BEGIN
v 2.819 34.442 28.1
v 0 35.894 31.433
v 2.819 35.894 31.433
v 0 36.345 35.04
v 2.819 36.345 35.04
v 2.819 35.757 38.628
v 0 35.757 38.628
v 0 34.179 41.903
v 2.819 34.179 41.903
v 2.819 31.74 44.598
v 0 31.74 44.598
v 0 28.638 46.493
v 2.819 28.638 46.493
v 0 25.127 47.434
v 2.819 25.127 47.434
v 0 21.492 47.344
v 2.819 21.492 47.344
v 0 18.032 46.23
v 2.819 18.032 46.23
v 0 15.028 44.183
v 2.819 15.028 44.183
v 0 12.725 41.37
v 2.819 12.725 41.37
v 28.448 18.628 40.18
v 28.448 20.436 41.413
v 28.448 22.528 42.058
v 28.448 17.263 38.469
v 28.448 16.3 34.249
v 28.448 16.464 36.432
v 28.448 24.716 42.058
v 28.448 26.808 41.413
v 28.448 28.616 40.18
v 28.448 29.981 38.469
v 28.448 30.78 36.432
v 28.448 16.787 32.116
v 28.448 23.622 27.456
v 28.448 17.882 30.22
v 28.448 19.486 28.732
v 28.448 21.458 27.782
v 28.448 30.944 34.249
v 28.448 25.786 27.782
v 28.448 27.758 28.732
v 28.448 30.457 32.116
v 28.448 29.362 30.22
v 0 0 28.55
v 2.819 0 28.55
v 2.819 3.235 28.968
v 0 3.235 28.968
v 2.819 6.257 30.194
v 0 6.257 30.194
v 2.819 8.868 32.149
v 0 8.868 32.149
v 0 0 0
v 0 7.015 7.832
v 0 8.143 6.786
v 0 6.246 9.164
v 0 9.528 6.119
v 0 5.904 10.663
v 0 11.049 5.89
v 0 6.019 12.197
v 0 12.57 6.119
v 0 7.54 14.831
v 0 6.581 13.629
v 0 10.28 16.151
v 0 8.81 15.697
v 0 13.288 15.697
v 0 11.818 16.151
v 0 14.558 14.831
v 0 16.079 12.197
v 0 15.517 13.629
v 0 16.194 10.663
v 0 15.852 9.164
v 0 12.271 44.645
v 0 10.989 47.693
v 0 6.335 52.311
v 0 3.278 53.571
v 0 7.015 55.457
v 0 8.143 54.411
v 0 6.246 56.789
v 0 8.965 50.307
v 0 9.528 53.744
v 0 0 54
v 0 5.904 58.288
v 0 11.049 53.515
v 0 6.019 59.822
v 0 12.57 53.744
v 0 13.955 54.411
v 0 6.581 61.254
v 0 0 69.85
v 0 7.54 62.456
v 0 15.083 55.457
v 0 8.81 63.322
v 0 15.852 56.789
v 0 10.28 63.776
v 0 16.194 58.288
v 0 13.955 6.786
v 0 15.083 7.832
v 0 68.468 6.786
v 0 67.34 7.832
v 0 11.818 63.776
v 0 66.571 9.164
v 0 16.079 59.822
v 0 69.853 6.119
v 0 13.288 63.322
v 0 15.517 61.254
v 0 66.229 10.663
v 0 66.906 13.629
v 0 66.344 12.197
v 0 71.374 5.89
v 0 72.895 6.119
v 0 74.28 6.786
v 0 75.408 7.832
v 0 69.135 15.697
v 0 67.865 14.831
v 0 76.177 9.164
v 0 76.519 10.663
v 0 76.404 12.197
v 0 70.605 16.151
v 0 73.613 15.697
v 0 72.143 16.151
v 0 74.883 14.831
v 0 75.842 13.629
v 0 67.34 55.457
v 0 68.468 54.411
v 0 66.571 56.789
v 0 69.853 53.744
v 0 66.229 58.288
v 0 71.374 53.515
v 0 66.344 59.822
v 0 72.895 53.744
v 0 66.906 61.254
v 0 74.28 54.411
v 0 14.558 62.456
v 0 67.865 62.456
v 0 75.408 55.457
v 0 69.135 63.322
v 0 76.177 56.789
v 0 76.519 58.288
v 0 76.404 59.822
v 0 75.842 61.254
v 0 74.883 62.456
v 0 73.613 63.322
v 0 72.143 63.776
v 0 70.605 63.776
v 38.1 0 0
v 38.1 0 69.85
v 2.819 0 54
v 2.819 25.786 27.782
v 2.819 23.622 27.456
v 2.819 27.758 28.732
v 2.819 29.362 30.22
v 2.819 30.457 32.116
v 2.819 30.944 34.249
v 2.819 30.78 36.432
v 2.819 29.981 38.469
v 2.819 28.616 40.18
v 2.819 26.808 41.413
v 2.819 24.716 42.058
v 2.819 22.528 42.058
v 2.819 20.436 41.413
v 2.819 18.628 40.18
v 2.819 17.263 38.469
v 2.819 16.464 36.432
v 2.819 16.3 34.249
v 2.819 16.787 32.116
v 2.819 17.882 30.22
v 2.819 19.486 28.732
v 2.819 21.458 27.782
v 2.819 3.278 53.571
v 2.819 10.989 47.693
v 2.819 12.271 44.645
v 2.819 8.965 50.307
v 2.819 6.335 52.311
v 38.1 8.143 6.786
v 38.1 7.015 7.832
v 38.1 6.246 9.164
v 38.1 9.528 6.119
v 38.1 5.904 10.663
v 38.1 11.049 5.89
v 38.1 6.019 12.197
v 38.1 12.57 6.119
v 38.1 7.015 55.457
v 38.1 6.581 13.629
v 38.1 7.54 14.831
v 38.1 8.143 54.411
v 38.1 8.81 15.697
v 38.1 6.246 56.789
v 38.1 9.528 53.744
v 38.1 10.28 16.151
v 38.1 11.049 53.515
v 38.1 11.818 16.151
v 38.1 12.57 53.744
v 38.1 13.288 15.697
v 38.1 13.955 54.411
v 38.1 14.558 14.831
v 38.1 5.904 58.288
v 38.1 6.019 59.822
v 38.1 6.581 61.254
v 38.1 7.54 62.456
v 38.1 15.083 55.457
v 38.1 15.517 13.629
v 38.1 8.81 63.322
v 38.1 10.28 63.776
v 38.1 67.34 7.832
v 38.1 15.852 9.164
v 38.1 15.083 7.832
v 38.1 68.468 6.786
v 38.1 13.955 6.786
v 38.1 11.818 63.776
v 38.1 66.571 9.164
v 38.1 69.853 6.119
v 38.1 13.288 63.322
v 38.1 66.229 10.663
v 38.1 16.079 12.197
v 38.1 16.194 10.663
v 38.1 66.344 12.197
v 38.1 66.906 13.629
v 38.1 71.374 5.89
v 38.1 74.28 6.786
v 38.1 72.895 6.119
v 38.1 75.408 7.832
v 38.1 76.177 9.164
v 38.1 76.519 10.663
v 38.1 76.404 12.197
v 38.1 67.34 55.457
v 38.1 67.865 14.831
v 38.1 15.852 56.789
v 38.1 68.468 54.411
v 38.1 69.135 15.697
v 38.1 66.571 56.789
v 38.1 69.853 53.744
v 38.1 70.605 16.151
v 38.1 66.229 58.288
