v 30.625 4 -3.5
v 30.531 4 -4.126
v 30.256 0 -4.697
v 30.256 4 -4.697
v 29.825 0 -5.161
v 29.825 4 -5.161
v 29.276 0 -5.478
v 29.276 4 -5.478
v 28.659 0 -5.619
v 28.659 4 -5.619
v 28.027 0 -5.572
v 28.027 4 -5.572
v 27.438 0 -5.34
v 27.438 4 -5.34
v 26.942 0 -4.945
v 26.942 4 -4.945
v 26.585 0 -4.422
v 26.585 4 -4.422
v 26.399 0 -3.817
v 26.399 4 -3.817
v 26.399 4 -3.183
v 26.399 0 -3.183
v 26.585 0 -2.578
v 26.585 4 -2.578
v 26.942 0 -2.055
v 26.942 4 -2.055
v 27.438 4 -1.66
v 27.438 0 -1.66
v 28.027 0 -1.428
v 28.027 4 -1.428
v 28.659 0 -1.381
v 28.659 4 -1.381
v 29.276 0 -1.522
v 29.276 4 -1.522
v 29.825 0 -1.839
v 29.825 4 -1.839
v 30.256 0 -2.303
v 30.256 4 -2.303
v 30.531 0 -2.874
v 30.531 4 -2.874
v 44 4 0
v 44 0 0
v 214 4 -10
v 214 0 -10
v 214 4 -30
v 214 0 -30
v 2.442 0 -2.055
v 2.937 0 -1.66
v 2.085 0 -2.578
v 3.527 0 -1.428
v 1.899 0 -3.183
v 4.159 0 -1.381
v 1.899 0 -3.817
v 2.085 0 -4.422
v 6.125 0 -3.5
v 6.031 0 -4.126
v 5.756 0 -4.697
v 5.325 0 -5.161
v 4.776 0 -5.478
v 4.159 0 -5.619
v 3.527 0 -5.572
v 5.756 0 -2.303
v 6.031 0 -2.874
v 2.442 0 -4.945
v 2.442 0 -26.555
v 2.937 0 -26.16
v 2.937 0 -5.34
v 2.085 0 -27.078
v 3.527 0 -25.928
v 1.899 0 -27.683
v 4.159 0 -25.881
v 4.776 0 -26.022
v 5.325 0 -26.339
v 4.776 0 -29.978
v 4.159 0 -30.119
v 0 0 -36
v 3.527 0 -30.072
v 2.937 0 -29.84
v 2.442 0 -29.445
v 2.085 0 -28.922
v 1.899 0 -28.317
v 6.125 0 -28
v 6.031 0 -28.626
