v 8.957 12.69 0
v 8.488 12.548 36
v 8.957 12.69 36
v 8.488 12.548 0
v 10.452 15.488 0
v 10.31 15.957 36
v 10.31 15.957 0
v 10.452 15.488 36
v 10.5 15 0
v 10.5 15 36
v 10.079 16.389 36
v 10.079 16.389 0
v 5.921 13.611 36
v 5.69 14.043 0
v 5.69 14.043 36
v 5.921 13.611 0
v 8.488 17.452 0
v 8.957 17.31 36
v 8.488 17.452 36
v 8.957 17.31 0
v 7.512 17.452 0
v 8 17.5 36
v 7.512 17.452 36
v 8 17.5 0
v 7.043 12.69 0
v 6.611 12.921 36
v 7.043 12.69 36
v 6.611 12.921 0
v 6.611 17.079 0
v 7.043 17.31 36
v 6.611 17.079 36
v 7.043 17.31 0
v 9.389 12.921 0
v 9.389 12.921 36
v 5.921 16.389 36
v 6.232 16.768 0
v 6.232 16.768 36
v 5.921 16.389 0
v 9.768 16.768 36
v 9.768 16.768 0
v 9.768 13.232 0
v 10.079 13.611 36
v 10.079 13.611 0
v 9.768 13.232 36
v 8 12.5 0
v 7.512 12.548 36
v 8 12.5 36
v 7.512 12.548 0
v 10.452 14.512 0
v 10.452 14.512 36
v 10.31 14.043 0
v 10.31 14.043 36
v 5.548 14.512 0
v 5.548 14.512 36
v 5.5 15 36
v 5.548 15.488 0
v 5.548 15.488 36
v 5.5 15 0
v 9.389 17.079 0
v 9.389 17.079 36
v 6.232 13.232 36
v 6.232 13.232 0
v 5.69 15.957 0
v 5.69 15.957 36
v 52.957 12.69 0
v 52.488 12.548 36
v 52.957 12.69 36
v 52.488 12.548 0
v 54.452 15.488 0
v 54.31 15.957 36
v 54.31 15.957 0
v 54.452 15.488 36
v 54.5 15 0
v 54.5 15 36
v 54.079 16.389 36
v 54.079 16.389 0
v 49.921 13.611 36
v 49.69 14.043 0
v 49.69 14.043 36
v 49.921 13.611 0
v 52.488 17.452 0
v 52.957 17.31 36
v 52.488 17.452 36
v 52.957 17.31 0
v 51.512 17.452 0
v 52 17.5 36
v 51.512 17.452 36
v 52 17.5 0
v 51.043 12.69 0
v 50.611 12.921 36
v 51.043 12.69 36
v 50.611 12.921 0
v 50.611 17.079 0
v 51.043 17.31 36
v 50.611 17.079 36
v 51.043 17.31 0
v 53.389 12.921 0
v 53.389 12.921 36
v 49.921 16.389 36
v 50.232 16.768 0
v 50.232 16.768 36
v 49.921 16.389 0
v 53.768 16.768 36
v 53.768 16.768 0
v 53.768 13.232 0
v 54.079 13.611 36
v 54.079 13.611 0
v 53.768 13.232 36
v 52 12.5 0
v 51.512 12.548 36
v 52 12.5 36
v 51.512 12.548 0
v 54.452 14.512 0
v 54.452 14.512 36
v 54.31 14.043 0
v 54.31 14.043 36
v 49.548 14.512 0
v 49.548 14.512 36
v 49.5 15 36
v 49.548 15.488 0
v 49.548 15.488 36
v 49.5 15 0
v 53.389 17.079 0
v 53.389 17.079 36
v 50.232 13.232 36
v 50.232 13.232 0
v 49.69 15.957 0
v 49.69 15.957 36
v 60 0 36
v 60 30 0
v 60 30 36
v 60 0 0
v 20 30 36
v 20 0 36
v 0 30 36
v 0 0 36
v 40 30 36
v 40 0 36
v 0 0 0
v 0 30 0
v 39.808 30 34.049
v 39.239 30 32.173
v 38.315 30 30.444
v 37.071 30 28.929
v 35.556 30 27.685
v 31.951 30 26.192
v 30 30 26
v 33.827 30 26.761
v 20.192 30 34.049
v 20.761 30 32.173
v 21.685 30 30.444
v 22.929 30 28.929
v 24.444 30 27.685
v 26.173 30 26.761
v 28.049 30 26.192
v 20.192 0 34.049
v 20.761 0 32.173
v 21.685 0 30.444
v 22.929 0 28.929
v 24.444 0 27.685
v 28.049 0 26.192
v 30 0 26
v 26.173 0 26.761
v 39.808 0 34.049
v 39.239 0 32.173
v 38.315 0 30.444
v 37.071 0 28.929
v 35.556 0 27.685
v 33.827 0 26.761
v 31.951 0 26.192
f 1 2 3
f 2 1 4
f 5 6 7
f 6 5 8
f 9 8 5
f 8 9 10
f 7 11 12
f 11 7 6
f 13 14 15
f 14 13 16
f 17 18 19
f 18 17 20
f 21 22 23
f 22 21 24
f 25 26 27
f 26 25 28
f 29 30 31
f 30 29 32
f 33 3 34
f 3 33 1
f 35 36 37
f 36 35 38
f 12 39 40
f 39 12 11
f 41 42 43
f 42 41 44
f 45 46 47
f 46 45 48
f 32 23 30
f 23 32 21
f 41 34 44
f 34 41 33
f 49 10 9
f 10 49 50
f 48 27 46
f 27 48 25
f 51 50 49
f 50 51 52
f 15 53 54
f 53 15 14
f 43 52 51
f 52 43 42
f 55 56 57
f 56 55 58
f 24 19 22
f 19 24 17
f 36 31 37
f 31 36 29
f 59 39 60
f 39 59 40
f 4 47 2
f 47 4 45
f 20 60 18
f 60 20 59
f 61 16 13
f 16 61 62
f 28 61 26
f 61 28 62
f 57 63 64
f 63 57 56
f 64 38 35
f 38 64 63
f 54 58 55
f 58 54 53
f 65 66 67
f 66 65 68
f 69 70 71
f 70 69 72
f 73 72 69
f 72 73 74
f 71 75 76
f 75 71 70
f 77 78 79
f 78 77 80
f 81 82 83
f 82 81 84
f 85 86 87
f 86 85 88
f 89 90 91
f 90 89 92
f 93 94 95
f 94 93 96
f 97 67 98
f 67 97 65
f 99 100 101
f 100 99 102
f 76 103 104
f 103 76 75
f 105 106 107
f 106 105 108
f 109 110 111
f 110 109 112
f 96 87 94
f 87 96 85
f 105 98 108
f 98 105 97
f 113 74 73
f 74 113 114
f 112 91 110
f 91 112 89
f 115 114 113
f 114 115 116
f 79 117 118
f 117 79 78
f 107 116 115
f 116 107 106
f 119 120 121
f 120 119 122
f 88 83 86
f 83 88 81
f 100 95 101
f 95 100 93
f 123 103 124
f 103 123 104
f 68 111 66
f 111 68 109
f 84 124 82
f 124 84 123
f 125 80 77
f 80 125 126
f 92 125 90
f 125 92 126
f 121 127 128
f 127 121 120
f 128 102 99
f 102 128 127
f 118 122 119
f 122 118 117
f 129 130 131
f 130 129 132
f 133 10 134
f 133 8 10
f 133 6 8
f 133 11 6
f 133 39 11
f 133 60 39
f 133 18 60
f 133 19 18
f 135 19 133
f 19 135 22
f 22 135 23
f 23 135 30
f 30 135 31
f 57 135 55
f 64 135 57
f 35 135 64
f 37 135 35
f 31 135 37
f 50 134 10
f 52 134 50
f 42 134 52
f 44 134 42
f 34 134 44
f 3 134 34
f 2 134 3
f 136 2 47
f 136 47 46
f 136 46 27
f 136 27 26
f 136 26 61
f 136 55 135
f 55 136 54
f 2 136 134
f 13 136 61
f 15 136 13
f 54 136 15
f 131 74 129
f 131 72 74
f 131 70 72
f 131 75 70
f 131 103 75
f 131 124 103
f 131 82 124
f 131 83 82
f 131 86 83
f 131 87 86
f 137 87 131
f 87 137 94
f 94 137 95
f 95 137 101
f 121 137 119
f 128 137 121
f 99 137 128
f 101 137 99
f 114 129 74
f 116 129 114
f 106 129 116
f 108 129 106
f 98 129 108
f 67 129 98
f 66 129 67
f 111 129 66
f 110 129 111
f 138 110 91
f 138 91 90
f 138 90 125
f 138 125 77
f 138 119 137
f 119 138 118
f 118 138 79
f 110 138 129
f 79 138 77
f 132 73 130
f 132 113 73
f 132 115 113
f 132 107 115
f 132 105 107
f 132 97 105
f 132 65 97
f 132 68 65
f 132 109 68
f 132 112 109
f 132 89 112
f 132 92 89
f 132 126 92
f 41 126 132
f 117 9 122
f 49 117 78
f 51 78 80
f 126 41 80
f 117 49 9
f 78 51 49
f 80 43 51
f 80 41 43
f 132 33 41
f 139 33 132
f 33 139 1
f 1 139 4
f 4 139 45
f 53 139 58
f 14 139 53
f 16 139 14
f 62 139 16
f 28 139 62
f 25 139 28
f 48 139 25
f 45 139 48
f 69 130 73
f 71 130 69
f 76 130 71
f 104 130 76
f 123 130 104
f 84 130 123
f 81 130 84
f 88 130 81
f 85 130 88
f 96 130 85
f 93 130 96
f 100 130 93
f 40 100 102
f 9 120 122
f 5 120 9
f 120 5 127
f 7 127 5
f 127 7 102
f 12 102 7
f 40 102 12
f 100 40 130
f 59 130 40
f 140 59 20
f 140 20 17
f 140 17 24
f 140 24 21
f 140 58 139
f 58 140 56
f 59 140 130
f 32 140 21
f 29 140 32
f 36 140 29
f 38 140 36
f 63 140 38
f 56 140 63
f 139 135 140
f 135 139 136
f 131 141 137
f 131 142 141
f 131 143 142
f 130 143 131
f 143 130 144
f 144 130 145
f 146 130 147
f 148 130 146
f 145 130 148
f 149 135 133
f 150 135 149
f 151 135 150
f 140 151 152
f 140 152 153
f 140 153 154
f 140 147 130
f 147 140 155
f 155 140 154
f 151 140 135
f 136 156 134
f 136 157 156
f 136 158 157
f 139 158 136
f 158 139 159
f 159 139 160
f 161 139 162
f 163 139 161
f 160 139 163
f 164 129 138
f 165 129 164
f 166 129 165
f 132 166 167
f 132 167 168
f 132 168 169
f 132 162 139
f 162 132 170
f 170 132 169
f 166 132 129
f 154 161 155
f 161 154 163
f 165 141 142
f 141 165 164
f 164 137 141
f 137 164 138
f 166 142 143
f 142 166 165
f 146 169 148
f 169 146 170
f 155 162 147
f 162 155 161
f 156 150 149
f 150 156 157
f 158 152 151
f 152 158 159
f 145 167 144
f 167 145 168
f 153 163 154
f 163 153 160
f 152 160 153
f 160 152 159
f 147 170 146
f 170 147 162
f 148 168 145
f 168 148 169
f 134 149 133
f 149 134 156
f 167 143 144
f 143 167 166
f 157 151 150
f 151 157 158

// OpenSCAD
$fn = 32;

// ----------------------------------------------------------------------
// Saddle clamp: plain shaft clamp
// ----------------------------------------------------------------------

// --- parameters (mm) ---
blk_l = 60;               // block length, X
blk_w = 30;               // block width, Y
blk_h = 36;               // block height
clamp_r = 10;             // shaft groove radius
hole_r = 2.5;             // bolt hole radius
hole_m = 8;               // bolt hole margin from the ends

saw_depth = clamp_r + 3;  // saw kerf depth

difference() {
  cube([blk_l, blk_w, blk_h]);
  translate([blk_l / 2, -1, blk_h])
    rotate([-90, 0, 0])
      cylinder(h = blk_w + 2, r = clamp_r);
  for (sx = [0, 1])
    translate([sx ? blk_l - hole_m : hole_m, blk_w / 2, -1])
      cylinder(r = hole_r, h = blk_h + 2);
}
END
BEGIN
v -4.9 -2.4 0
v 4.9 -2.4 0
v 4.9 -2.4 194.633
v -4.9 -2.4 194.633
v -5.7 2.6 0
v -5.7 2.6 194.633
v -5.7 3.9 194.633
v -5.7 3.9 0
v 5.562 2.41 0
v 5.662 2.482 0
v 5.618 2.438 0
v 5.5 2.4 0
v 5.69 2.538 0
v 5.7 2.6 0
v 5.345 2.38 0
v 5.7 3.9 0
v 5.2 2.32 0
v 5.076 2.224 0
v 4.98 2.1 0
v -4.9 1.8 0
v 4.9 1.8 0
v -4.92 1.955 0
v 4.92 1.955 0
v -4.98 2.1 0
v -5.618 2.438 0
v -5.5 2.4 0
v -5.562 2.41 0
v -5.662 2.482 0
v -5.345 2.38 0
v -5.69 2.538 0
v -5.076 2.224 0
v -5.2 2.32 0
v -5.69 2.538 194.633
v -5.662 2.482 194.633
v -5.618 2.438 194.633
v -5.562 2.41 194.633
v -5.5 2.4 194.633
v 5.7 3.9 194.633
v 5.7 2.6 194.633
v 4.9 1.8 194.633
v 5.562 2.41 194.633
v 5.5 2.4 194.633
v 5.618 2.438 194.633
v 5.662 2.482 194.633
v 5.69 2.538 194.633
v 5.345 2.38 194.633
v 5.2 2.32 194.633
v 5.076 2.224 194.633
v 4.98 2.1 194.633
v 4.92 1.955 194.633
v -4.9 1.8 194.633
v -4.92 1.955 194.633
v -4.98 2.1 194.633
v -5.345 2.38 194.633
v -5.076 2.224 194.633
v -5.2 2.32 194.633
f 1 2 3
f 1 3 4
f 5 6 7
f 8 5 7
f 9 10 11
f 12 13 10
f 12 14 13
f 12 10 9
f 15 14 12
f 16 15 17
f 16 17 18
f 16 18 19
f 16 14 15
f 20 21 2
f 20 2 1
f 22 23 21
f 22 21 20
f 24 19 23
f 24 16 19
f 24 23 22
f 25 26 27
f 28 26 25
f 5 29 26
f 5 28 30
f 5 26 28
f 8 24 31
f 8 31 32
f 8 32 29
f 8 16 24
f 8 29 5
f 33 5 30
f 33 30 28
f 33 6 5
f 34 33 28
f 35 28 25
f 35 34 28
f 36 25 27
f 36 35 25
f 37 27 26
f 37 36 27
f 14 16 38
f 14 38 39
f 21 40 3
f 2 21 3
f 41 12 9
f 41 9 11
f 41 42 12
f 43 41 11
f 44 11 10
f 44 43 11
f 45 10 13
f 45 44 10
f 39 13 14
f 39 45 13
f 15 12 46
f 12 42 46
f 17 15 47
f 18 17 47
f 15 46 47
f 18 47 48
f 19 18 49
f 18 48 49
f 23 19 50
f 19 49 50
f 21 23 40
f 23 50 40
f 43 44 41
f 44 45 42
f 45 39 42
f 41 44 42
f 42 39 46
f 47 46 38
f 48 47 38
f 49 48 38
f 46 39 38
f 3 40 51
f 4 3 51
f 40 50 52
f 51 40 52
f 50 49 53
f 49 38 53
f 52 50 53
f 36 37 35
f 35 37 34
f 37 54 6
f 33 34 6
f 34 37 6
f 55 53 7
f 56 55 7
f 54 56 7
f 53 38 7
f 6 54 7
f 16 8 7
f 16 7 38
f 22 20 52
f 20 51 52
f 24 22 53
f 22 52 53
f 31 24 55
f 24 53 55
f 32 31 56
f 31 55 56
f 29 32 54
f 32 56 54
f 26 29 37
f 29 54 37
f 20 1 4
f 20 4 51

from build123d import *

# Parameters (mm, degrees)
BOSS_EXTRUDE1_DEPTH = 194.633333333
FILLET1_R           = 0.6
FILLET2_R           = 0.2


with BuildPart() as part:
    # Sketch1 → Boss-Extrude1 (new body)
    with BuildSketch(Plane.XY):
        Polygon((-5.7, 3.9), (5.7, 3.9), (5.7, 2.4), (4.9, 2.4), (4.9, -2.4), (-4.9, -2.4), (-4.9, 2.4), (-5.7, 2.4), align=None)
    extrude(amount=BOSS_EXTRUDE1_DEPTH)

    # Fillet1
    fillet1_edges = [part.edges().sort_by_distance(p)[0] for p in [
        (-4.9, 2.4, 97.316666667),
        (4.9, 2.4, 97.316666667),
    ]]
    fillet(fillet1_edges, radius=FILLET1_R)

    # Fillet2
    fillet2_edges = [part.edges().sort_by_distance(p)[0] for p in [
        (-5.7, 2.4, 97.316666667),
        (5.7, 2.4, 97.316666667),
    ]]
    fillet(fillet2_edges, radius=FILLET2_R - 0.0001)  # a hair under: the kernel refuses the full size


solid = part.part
END
BEGIN
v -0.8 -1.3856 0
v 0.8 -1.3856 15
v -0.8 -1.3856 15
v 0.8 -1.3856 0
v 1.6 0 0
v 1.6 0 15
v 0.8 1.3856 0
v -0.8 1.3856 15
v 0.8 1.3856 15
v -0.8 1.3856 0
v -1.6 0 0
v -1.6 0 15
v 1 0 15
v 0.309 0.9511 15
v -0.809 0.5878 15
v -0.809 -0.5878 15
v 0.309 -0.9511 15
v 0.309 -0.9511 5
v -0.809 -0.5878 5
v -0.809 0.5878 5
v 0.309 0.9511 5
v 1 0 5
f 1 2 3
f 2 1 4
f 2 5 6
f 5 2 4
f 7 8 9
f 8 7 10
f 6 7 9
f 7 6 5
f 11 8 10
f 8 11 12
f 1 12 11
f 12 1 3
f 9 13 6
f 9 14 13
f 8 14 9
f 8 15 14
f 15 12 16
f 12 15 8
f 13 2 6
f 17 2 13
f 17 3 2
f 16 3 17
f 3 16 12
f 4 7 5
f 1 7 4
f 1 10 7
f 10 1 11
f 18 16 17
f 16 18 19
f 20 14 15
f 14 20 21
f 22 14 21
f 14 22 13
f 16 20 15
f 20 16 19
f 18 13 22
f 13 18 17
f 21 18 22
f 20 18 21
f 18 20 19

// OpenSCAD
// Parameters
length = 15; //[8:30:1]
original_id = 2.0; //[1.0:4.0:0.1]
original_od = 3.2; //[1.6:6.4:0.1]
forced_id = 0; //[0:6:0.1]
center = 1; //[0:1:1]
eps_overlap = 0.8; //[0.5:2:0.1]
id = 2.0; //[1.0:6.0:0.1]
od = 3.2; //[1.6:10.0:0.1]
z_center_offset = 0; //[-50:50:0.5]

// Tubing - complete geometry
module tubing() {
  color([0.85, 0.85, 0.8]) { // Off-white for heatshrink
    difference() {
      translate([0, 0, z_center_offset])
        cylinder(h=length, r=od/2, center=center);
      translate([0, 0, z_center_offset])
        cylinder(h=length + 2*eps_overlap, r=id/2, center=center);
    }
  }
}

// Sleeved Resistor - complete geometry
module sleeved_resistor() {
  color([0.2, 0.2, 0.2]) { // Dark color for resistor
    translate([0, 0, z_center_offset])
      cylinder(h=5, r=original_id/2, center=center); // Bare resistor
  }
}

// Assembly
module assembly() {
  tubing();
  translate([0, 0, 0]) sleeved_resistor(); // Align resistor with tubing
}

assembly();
END
[WORK INSTRUCTIONS]: From the records above, copy only the lines starting with the line that holds "v 2.819 34.442 28.1" and going on through the line that holds "v 0 67.865 14.831", exactly as written.

[TASK RESPONSE]:
v 2.819 34.442 28.1
v 0 35.894 31.433
v 2.819 35.894 31.433
v 0 36.345 35.04
v 2.819 36.345 35.04
v 2.819 35.757 38.628
v 0 35.757 38.628
v 0 34.179 41.903
v 2.819 34.179 41.903
v 2.819 31.74 44.598
v 0 31.74 44.598
v 0 28.638 46.493
v 2.819 28.638 46.493
v 0 25.127 47.434
v 2.819 25.127 47.434
v 0 21.492 47.344
v 2.819 21.492 47.344
v 0 18.032 46.23
v 2.819 18.032 46.23
v 0 15.028 44.183
v 2.819 15.028 44.183
v 0 12.725 41.37
v 2.819 12.725 41.37
v 28.448 18.628 40.18
v 28.448 20.436 41.413
v 28.448 22.528 42.058
v 28.448 17.263 38.469
v 28.448 16.3 34.249
v 28.448 16.464 36.432
v 28.448 24.716 42.058
v 28.448 26.808 41.413
v 28.448 28.616 40.18
v 28.448 29.981 38.469
v 28.448 30.78 36.432
v 28.448 16.787 32.116
v 28.448 23.622 27.456
v 28.448 17.882 30.22
v 28.448 19.486 28.732
v 28.448 21.458 27.782
v 28.448 30.944 34.249
v 28.448 25.786 27.782
v 28.448 27.758 28.732
v 28.448 30.457 32.116
v 28.448 29.362 30.22
v 0 0 28.55
v 2.819 0 28.55
v 2.819 3.235 28.968
v 0 3.235 28.968
v 2.819 6.257 30.194
v 0 6.257 30.194
v 2.819 8.868 32.149
v 0 8.868 32.149
v 0 0 0
v 0 7.015 7.832
v 0 8.143 6.786
v 0 6.246 9.164
v 0 9.528 6.119
v 0 5.904 10.663
v 0 11.049 5.89
v 0 6.019 12.197
v 0 12.57 6.119
v 0 7.54 14.831
v 0 6.581 13.629
v 0 10.28 16.151
v 0 8.81 15.697
v 0 13.288 15.697
v 0 11.818 16.151
v 0 14.558 14.831
v 0 16.079 12.197
v 0 15.517 13.629
v 0 16.194 10.663
v 0 15.852 9.164
v 0 12.271 44.645
v 0 10.989 47.693
v 0 6.335 52.311
v 0 3.278 53.571
v 0 7.015 55.457
v 0 8.143 54.411
v 0 6.246 56.789
v 0 8.965 50.307
v 0 9.528 53.744
v 0 0 54
v 0 5.904 58.288
v 0 11.049 53.515
v 0 6.019 59.822
v 0 12.57 53.744
v 0 13.955 54.411
v 0 6.581 61.254
v 0 0 69.85
v 0 7.54 62.456
v 0 15.083 55.457
v 0 8.81 63.322
v 0 15.852 56.789
v 0 10.28 63.776
v 0 16.194 58.288
v 0 13.955 6.786
v 0 15.083 7.832
v 0 68.468 6.786
v 0 67.34 7.832
v 0 11.818 63.776
v 0 66.571 9.164
v 0 16.079 59.822
v 0 69.853 6.119
v 0 13.288 63.322
v 0 15.517 61.254
v 0 66.229 10.663
v 0 66.906 13.629
v 0 66.344 12.197
v 0 71.374 5.89
v 0 72.895 6.119
v 0 74.28 6.786
v 0 75.408 7.832
v 0 69.135 15.697
v 0 67.865 14.831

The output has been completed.